[[ DATA open ]]

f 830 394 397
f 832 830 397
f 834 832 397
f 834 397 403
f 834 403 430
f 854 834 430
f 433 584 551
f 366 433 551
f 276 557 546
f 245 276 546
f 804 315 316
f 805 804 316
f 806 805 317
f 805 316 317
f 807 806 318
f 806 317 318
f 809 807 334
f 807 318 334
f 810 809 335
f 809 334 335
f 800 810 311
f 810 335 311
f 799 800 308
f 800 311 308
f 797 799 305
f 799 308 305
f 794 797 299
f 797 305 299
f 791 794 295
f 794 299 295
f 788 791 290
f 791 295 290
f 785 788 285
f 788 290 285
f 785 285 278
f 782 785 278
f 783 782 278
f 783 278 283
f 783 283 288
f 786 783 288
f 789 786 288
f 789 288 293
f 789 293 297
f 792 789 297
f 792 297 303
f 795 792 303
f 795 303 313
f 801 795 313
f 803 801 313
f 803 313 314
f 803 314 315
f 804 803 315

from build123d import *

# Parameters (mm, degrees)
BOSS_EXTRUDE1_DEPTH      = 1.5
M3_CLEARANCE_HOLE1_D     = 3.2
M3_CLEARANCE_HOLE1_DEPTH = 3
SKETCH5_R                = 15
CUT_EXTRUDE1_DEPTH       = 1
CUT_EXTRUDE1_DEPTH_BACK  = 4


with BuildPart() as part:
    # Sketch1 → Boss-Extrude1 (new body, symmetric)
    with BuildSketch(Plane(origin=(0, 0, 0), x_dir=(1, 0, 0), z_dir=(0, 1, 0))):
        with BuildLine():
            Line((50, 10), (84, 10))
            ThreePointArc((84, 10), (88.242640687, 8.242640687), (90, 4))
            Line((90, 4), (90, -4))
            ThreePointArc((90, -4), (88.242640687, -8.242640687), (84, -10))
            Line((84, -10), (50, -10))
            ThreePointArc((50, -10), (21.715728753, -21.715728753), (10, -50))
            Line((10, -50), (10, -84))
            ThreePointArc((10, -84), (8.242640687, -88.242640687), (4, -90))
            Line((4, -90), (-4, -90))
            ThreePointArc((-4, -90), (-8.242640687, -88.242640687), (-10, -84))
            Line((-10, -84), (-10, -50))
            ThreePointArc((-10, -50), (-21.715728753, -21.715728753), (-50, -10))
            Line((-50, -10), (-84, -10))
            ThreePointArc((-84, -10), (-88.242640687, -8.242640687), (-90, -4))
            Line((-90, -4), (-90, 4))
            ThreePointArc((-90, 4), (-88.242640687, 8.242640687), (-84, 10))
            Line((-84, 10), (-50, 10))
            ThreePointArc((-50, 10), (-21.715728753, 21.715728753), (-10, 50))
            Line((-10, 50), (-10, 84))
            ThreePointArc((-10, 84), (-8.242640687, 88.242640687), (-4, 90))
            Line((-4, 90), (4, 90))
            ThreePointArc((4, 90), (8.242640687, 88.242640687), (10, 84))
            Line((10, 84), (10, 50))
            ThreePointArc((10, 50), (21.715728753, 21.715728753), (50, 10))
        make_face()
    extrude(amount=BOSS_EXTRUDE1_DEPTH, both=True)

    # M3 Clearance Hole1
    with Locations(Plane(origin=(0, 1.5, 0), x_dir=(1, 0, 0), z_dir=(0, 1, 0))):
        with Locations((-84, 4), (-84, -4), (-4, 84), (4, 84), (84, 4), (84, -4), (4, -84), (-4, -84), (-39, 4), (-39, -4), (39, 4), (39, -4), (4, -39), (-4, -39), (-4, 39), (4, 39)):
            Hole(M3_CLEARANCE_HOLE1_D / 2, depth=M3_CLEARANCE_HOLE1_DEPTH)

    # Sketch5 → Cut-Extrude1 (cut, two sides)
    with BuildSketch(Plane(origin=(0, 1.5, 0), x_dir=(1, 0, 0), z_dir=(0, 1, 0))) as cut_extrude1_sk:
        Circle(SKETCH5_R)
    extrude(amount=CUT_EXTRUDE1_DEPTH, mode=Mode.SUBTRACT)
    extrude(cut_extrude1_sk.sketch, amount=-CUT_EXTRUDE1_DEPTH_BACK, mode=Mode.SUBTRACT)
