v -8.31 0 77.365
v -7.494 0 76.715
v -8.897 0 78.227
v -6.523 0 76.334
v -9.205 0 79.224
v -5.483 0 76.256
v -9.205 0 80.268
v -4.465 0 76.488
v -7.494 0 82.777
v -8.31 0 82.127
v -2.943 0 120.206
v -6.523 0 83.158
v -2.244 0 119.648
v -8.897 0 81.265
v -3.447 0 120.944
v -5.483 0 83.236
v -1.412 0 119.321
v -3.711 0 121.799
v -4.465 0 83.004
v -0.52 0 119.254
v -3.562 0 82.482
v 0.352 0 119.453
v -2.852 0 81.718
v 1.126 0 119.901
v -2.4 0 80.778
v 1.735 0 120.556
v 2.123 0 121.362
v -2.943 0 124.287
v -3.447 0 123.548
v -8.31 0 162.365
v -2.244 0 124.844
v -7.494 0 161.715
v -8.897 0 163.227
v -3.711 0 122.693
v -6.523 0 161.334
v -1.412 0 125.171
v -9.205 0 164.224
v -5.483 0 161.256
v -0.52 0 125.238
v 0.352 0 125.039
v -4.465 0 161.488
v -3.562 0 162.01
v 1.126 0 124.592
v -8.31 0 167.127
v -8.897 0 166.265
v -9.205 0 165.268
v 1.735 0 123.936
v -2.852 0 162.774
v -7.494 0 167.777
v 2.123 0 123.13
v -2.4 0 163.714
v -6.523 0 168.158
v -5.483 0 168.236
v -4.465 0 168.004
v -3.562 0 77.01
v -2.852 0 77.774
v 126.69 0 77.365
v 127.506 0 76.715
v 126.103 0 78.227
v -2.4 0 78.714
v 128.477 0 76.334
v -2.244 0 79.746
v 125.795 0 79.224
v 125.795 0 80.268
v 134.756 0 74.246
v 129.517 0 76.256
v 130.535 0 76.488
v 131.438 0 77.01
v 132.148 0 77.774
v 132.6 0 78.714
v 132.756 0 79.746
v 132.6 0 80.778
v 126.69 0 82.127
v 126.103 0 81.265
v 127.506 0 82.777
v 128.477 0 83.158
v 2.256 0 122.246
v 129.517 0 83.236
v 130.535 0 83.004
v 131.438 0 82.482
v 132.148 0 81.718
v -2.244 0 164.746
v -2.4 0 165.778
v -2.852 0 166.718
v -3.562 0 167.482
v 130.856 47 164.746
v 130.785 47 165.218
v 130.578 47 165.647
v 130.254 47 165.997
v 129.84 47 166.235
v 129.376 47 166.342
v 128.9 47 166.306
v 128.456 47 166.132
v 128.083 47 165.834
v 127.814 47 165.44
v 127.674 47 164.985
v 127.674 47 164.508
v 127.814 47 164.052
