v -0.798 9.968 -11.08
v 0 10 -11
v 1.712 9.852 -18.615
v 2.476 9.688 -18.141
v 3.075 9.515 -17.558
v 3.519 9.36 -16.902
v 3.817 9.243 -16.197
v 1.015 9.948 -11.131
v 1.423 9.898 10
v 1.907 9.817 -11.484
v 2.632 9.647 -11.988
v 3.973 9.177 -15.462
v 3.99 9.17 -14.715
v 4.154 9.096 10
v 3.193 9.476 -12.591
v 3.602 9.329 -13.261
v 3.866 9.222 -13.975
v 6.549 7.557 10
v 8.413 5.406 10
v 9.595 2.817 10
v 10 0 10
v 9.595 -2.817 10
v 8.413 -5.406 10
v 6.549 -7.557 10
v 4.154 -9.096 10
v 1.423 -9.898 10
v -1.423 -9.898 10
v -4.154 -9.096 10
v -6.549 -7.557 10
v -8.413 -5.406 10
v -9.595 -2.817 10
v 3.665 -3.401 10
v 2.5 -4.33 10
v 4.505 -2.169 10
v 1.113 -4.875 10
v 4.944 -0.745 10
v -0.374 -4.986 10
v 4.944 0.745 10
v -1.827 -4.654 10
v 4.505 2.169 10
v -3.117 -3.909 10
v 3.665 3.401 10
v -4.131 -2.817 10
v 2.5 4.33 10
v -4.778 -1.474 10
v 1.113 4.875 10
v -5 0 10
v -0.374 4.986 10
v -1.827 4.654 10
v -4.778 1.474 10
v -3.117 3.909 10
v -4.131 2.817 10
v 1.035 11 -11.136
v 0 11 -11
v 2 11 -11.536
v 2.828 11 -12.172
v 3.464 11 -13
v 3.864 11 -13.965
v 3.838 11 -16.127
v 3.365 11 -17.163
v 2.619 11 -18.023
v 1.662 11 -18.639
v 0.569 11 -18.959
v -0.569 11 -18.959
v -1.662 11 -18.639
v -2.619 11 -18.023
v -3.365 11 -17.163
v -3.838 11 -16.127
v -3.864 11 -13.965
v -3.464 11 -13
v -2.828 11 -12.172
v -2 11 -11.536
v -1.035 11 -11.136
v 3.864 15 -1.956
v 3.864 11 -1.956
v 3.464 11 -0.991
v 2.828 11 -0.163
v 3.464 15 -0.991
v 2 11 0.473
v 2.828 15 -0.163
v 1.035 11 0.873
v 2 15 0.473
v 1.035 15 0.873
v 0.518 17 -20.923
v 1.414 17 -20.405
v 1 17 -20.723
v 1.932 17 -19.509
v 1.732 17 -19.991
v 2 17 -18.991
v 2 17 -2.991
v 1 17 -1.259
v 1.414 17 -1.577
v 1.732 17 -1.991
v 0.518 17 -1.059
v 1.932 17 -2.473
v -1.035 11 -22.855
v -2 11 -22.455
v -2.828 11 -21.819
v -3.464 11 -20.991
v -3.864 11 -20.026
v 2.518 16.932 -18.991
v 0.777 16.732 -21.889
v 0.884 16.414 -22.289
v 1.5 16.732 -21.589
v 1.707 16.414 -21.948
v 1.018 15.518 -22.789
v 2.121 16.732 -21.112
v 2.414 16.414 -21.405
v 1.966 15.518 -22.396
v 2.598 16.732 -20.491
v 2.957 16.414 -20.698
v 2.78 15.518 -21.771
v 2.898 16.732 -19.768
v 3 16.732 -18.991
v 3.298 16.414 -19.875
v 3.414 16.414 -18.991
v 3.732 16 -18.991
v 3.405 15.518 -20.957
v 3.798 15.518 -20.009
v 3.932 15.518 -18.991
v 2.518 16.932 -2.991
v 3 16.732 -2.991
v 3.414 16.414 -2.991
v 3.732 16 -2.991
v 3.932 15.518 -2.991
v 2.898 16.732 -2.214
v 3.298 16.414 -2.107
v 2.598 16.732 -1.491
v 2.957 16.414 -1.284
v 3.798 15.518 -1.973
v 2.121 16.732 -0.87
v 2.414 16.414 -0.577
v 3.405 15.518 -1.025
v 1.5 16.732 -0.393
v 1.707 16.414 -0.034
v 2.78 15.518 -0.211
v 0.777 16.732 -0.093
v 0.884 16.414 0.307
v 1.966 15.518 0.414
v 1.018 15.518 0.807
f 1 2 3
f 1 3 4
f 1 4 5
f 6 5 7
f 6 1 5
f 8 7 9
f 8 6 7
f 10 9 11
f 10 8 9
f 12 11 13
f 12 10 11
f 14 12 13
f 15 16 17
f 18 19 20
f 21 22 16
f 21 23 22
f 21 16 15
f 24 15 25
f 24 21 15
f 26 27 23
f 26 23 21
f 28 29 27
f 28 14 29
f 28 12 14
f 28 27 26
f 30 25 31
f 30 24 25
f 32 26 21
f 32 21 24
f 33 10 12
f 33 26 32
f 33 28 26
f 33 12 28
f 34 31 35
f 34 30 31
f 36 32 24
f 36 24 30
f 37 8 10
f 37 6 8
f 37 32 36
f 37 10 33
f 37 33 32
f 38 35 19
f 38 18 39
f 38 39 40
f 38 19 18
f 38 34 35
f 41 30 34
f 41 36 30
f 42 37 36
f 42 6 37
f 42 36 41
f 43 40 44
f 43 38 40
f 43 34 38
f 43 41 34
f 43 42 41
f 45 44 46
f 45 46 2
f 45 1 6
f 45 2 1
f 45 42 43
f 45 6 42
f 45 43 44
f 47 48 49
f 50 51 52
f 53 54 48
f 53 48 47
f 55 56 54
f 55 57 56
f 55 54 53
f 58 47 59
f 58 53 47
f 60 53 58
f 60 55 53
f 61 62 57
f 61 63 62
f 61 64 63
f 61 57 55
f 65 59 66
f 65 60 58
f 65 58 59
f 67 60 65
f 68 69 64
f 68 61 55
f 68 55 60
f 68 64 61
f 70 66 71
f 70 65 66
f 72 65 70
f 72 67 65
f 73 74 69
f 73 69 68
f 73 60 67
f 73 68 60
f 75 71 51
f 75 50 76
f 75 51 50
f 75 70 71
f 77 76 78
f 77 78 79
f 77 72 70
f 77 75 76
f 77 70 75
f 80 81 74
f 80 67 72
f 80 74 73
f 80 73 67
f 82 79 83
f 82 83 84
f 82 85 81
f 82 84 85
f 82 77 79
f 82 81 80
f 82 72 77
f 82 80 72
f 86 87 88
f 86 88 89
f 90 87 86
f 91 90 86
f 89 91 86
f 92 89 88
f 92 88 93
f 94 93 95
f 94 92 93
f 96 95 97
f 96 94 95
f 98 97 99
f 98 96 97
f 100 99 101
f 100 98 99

[[ DATA closed ]]

◆ WORK TO BE COMPLETED: When a line in the listing has the string "SUBTRACT" in it, return that line.

◆ YOUR SOLUTION:
    extrude(amount=CUT_EXTRUDE1_DEPTH, mode=Mode.SUBTRACT)
    extrude(cut_extrude1_sk.sketch, amount=-CUT_EXTRUDE1_DEPTH_BACK, mode=Mode.SUBTRACT)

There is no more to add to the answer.